Beginning with the very first line, please reproduce the entries exactly through the line containing "f 544 541 542".

Collected data

=== Section Start ===

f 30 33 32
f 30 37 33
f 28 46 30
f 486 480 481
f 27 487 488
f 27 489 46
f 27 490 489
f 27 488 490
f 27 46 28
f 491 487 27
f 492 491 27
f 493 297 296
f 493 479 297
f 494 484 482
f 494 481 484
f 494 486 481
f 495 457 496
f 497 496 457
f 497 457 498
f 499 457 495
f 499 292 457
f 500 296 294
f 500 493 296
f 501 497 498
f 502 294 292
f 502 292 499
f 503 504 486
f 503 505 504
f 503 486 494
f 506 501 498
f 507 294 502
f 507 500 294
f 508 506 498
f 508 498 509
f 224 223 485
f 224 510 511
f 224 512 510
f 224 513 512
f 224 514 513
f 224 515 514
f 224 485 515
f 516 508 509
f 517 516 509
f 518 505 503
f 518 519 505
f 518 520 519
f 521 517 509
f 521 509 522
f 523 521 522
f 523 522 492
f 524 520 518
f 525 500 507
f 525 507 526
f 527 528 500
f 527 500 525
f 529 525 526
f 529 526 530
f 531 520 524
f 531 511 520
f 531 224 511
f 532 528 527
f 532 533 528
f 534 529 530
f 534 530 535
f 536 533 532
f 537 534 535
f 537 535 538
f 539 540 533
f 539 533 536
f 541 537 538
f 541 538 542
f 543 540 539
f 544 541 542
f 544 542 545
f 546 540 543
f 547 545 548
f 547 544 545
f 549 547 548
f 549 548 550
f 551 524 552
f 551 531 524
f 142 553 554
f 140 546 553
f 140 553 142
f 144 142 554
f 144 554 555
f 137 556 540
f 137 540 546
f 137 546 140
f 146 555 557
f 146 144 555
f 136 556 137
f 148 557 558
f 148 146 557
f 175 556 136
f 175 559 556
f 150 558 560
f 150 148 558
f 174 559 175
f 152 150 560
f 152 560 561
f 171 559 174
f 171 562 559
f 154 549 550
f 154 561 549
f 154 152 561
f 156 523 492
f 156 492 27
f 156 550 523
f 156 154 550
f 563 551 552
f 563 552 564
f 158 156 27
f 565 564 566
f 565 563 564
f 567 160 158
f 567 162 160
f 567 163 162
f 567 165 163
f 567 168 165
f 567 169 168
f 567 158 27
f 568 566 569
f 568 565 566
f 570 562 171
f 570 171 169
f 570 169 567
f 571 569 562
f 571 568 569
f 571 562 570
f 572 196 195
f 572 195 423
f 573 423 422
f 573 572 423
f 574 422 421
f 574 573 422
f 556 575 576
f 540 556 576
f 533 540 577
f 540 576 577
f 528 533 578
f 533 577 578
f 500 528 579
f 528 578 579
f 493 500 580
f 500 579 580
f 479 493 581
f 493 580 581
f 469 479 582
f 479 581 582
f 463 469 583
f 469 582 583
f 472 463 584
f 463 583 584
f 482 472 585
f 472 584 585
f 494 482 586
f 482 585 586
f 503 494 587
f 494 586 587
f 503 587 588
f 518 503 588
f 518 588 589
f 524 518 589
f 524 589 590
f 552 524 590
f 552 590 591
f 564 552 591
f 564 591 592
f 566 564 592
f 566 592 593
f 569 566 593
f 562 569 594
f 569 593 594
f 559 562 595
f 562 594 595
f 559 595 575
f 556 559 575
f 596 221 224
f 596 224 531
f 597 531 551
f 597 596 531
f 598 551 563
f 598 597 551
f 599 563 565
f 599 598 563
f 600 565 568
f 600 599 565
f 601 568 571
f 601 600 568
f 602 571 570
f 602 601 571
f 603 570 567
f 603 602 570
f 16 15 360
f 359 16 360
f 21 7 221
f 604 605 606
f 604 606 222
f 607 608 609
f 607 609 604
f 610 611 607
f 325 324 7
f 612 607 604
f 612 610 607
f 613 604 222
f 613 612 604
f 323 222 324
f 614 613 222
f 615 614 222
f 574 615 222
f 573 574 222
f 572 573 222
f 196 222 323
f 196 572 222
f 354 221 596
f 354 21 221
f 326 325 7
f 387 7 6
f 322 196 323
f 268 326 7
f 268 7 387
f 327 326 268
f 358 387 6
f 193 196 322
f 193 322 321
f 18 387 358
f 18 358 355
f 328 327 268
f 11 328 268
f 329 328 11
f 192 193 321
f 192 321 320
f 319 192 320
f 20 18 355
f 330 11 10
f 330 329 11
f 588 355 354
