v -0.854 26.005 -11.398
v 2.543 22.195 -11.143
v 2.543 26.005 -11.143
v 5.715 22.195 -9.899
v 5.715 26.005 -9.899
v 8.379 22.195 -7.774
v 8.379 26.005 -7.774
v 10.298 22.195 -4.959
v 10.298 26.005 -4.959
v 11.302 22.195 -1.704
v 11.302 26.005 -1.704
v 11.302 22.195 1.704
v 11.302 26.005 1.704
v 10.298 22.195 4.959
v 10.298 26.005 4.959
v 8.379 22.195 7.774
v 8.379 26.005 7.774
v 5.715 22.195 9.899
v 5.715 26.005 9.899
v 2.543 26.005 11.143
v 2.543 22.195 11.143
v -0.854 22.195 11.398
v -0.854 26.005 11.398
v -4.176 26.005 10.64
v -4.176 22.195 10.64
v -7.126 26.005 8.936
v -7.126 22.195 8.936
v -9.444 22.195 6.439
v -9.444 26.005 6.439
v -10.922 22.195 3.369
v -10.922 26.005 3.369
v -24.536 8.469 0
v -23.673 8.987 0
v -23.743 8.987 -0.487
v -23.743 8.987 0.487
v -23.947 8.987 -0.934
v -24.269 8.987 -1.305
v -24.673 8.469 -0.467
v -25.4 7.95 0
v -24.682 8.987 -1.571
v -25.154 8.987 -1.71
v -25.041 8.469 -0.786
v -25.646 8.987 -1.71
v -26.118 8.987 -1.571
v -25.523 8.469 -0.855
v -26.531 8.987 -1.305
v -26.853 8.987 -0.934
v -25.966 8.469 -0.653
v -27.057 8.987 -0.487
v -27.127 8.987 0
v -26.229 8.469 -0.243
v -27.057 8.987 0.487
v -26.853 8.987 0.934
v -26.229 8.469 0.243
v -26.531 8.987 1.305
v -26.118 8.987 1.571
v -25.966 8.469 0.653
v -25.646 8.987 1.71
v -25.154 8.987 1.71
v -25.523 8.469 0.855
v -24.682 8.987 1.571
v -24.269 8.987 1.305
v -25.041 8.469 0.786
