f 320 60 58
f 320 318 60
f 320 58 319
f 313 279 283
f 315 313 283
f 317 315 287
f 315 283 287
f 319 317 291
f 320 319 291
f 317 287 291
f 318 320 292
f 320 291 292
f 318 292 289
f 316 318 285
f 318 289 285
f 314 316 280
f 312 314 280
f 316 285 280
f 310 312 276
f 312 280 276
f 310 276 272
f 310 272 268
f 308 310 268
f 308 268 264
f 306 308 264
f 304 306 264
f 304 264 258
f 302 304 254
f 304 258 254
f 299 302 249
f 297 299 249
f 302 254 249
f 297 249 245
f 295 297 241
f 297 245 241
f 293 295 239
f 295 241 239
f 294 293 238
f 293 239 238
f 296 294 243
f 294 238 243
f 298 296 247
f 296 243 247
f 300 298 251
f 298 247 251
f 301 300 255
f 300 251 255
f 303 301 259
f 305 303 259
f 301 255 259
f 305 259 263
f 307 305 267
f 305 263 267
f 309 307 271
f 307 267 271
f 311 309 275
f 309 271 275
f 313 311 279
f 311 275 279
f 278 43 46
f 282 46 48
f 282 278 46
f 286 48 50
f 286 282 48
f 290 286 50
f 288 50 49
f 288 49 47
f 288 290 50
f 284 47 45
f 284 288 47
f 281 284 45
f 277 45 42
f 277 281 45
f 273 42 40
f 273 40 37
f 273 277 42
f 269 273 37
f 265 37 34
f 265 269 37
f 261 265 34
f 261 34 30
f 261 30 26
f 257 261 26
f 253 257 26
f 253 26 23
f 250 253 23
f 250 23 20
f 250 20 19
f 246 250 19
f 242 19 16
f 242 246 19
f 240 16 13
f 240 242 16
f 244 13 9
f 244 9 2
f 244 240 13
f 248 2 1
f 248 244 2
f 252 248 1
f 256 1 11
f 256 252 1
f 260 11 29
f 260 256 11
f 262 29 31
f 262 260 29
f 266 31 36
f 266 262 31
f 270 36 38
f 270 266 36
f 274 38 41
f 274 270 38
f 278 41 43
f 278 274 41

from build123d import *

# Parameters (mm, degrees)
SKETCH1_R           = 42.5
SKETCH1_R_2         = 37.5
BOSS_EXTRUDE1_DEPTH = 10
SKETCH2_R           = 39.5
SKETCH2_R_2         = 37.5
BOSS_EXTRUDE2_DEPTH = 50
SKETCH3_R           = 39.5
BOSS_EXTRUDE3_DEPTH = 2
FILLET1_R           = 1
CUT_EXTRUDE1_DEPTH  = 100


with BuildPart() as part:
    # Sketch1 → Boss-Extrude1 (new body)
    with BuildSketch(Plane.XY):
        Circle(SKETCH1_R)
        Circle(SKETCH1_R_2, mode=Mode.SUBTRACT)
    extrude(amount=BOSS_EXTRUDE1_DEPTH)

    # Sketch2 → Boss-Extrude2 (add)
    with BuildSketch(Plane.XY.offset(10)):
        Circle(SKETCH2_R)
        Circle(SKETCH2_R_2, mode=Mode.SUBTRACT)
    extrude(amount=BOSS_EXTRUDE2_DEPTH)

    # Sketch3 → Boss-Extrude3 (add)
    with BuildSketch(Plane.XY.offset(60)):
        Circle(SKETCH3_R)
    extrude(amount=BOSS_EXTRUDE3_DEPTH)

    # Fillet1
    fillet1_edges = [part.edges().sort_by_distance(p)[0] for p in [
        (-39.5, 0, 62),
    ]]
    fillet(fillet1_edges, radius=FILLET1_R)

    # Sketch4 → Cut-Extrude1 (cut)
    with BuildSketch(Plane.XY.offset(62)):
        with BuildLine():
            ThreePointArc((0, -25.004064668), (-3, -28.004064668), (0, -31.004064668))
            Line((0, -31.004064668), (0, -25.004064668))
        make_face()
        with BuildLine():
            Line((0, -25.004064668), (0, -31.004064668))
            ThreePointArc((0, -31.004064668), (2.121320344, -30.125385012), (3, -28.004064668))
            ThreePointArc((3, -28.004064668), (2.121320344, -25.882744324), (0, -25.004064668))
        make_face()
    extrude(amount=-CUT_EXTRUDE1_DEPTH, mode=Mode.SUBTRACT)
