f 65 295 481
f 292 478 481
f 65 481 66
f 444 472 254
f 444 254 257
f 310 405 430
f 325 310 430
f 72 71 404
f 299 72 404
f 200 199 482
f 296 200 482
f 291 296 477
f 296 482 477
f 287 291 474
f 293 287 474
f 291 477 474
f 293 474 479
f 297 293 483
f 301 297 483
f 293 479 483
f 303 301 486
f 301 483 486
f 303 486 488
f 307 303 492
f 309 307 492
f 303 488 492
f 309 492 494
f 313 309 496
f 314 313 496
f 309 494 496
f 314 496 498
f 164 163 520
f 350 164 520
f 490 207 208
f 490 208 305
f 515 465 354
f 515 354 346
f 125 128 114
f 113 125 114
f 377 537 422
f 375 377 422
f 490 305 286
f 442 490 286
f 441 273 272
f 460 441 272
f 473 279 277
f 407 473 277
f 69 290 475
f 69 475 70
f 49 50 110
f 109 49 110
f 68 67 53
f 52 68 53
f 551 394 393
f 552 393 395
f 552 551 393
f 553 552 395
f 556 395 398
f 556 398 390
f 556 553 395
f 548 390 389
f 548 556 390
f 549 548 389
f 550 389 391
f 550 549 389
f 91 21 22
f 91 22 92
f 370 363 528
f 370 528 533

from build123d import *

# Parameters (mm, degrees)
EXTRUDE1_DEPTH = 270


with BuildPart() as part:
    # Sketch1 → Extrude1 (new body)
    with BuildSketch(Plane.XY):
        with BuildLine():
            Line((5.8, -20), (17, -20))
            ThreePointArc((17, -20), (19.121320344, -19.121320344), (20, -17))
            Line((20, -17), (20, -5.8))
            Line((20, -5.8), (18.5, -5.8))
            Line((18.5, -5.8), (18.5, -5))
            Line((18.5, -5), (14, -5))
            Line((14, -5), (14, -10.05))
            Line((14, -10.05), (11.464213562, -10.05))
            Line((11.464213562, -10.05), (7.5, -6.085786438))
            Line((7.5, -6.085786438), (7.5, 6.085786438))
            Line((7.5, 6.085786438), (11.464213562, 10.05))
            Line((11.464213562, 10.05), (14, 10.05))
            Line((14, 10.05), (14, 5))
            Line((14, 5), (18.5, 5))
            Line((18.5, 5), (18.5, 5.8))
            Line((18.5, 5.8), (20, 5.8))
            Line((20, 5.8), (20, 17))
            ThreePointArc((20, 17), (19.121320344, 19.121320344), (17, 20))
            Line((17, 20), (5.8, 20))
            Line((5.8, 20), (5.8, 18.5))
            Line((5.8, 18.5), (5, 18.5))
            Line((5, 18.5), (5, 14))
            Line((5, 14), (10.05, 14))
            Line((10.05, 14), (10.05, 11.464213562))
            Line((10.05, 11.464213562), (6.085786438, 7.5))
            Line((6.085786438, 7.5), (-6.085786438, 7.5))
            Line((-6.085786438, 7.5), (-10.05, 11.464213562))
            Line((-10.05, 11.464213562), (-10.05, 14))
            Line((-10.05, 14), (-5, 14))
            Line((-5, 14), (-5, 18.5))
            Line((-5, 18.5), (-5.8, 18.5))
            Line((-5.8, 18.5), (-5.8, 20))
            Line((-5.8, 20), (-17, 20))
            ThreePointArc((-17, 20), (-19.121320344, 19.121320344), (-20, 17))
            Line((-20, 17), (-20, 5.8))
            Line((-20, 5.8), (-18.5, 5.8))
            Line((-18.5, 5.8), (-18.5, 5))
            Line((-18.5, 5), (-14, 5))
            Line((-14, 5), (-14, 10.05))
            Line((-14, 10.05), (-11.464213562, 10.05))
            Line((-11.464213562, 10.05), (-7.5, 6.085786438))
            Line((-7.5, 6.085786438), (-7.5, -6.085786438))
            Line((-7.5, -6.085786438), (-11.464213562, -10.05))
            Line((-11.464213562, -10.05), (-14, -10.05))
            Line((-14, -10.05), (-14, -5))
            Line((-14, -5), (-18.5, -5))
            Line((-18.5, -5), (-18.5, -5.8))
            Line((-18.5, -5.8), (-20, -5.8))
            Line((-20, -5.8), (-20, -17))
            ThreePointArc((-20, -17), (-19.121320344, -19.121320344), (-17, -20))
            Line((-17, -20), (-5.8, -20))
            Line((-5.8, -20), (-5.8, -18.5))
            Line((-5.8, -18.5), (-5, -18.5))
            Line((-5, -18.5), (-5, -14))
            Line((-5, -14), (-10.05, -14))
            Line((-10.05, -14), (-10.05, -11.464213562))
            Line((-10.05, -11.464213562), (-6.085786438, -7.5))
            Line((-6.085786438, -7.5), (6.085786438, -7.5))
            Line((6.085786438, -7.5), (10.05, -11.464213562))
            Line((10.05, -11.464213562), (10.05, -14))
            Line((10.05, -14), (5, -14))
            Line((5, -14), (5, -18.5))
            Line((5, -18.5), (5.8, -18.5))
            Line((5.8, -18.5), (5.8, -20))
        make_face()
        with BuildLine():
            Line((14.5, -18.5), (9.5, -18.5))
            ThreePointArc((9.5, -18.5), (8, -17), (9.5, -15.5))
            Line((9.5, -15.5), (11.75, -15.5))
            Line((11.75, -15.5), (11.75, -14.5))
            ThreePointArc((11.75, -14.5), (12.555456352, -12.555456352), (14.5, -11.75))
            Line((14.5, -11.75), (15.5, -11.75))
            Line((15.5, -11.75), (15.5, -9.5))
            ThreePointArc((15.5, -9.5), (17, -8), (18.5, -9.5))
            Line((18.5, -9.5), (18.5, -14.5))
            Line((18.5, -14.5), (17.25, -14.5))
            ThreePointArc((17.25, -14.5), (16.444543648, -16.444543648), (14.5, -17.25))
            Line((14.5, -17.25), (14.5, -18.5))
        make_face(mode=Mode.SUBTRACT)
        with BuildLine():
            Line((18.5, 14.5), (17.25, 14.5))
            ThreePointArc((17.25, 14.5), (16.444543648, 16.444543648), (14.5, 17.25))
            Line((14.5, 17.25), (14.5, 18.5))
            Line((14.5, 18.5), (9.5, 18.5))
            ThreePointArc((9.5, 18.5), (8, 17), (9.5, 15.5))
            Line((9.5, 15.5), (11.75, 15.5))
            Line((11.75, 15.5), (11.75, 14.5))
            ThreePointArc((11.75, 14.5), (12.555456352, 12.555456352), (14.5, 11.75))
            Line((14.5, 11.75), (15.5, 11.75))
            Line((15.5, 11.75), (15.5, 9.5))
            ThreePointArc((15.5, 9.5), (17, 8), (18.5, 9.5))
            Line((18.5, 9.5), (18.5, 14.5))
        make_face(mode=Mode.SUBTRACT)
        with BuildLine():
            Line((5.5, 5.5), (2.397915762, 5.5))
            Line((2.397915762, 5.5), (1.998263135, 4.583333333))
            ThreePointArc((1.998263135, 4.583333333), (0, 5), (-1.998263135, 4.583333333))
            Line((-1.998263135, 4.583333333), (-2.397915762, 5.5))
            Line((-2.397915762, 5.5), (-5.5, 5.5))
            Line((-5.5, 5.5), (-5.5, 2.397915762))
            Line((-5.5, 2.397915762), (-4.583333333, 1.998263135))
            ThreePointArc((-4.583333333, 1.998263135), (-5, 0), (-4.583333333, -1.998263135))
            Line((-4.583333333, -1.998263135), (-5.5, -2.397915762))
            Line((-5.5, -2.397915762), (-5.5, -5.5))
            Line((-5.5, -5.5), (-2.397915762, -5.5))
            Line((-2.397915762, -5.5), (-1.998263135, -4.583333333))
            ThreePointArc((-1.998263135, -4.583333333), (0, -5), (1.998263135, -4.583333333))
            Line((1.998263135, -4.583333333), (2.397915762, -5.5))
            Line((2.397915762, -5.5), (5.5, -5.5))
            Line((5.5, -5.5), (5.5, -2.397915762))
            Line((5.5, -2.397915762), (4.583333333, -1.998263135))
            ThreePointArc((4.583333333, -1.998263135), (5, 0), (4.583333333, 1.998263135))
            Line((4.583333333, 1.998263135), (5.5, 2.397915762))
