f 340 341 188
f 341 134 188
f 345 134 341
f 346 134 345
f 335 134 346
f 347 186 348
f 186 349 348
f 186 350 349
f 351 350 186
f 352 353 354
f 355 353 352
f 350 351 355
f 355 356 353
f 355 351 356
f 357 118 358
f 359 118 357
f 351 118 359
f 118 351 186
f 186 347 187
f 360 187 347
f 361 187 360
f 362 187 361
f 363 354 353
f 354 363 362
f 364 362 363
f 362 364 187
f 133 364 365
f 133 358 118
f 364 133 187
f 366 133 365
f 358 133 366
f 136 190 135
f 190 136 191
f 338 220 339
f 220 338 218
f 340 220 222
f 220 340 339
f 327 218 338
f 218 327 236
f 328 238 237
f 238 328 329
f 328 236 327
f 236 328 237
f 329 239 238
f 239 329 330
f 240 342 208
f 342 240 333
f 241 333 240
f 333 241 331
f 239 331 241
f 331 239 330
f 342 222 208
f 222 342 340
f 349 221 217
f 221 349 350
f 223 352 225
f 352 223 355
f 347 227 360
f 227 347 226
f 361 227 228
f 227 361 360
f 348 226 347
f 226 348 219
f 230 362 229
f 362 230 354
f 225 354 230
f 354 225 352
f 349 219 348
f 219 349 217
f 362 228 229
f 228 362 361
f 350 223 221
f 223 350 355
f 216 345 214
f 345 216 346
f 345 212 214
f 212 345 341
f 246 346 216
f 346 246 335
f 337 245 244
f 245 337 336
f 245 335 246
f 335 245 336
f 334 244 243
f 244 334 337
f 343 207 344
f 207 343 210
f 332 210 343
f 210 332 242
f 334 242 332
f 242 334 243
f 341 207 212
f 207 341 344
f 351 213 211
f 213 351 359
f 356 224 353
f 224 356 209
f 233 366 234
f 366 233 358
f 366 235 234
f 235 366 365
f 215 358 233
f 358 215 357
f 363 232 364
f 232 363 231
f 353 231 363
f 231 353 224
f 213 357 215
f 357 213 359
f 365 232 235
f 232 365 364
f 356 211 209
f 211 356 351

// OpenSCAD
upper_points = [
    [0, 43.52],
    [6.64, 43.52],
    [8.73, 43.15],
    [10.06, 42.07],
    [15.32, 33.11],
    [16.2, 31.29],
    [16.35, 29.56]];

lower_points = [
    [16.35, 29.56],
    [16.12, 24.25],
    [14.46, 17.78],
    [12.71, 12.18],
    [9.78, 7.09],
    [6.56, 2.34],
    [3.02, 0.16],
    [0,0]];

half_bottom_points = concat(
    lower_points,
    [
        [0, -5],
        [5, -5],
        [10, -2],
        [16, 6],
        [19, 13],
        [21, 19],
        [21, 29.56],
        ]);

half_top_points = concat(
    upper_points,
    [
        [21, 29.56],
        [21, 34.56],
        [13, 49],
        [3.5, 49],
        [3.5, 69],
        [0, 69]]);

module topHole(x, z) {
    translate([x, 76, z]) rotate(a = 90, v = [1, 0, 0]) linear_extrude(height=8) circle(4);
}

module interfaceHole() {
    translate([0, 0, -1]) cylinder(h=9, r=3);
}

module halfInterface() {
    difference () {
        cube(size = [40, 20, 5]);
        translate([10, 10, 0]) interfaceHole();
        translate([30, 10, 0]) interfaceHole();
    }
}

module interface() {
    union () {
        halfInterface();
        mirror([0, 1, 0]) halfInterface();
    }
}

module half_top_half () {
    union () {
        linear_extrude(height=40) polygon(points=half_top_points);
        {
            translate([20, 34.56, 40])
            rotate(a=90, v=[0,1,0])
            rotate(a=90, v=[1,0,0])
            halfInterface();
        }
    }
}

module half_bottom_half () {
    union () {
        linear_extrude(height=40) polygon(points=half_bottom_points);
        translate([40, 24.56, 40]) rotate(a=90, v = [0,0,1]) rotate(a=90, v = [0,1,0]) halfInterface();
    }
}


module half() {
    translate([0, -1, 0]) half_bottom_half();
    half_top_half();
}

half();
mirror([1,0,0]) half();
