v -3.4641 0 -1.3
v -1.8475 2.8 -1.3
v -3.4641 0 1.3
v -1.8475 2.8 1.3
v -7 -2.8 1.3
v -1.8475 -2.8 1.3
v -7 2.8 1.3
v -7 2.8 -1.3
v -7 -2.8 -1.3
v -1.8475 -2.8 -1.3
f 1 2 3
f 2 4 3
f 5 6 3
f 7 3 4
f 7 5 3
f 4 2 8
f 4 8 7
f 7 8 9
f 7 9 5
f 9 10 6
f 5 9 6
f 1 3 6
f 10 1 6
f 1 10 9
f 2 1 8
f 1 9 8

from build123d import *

# Parameters (mm, degrees)
CROQUIS1_R                 = 1.5
SALIENTE_EXTRUIR1_DEPTH    = 7
CORTAR_EXTRUIR1_DEPTH      = 10
CORTAR_EXTRUIR1_DEPTH_BACK = 27.438608133
CROQUIS2_R                 = 1.5
CORTAR_EXTRUIR2_DEPTH      = 27.438608133
CORTAR_EXTRUIR2_DEPTH_BACK = 27.438608133
CROQUIS3_W                 = 6
CROQUIS3_H                 = 7
CORTAR_EXTRUIR3_DEPTH      = 1.5
CROQUIS5_OUTSIDE_W         = 50.708
CROQUIS5_OUTSIDE_H         = 20.708
CROQUIS5_OUTSIDE_W_2       = 3
CROQUIS5_OUTSIDE_H_2       = 6
CORTAR_EXTRUIR4_DEPTH      = 27.438608133
CROQUIS6_OUTSIDE_W         = 6.706
CROQUIS6_OUTSIDE_H         = 9.706
CROQUIS6_OUTSIDE_W_2       = 2.6
CROQUIS6_OUTSIDE_H_2       = 5.6
CORTAR_EXTRUIR5_DEPTH      = 7.245101176


with BuildPart() as part:
    # Croquis1 → Saliente-Extruir1 (new, symmetric)
    with BuildSketch(Plane(origin=(0, 0, 0), x_dir=(0, 0, -1), z_dir=(1, 0, 0))):
        with BuildLine():
            Line((-24, 5), (15, 5))
            Line((15, 5), (15, -5))
            Line((15, -5), (-24, -5))
            ThreePointArc((-24, -5), (-24.707106781, -4.707106781), (-25, -4))
            Line((-25, -4), (-25, 4))
            ThreePointArc((-25, 4), (-24.707106781, 4.707106781), (-24, 5))
        make_face()
        with Locations((-22, 0)):
            Circle(CROQUIS1_R, mode=Mode.SUBTRACT)
    extrude(amount=SALIENTE_EXTRUIR1_DEPTH, both=True)

    # Croquis2 → Cortar-Extruir1 (cut, two sides: drawn at the far end of the back side and taken through both)
    with BuildSketch(Plane.XY.offset(-CORTAR_EXTRUIR1_DEPTH_BACK)):
        Circle(CROQUIS2_R)
    extrude(amount=CORTAR_EXTRUIR1_DEPTH + CORTAR_EXTRUIR1_DEPTH_BACK, mode=Mode.SUBTRACT)

    # Croquis3 → Cortar-Extruir2 (cut, two sides: drawn at the far end of the back side and taken through both)
    with BuildSketch(Plane(origin=(0, 0, 0), x_dir=(1, 0, 0), z_dir=(0, 1, 0)).offset(-CORTAR_EXTRUIR2_DEPTH_BACK)):
        with Locations((0, -21.5)):
            Rectangle(CROQUIS3_W, CROQUIS3_H)
    extrude(amount=CORTAR_EXTRUIR2_DEPTH + CORTAR_EXTRUIR2_DEPTH_BACK, mode=Mode.SUBTRACT)

    # Croquis4 → Cortar-Extruir3 (cut, symmetric)
    with BuildSketch(Plane.XY):
        Polygon((1.732050808, 3), (-1.732050808, 3), (-3.464101615, 0), (-1.732050808, -3), (1.732050808, -3), (3.464101615, 0), align=None)
    extrude(amount=CORTAR_EXTRUIR3_DEPTH, both=True, mode=Mode.SUBTRACT)

    # Croquis5 outside → Cortar-Extruir4 (cut, through all)
    with BuildSketch(Plane(origin=(0, 0, 0), x_dir=(0, 0, -1), z_dir=(1, 0, 0))):
        with Locations((-5, 0)):
            Rectangle(CROQUIS5_OUTSIDE_W, CROQUIS5_OUTSIDE_H)
        Rectangle(CROQUIS5_OUTSIDE_W_2, CROQUIS5_OUTSIDE_H_2, mode=Mode.SUBTRACT)
    extrude(amount=-CORTAR_EXTRUIR4_DEPTH, mode=Mode.SUBTRACT)


with BuildPart() as body_2:
    # of the pieces the cut leaves, the one that is kept (cortar_extruir4_keep)
    add(part.part.solids().sort_by_distance((-7, 3, -1.5))[0])

    # Croquis6 outside → Cortar-Extruir5 (cut, through all)
    with BuildSketch(Plane.ZY.offset(7)):
        Rectangle(CROQUIS6_OUTSIDE_W, CROQUIS6_OUTSIDE_H)
        Rectangle(CROQUIS6_OUTSIDE_W_2, CROQUIS6_OUTSIDE_H_2, mode=Mode.SUBTRACT)
    extrude(amount=-CORTAR_EXTRUIR5_DEPTH, mode=Mode.SUBTRACT)


solid = body_2.part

=== Section End ===

## OUTPUT OF THE TASK
f 30 33 32
f 30 37 33
f 28 46 30
f 486 480 481
f 27 487 488
f 27 489 46
f 27 490 489
f 27 488 490
f 27 46 28
f 491 487 27
f 492 491 27
f 493 297 296
f 493 479 297
f 494 484 482
f 494 481 484
f 494 486 481
f 495 457 496
f 497 496 457
f 497 457 498
f 499 457 495
f 499 292 457
f 500 296 294
f 500 493 296
f 501 497 498
f 502 294 292
f 502 292 499
f 503 504 486
f 503 505 504
f 503 486 494
f 506 501 498
f 507 294 502
f 507 500 294
f 508 506 498
f 508 498 509
f 224 223 485
f 224 510 511
f 224 512 510
f 224 513 512
f 224 514 513
f 224 515 514
f 224 485 515
f 516 508 509
f 517 516 509
f 518 505 503
f 518 519 505
f 518 520 519
f 521 517 509
f 521 509 522
f 523 521 522
f 523 522 492
f 524 520 518
f 525 500 507
f 525 507 526
f 527 528 500
f 527 500 525
f 529 525 526
f 529 526 530
f 531 520 524
f 531 511 520
f 531 224 511
f 532 528 527
f 532 533 528
f 534 529 530
f 534 530 535
f 536 533 532
f 537 534 535
f 537 535 538
f 539 540 533
f 539 533 536
f 541 537 538
f 541 538 542
f 543 540 539
f 544 541 542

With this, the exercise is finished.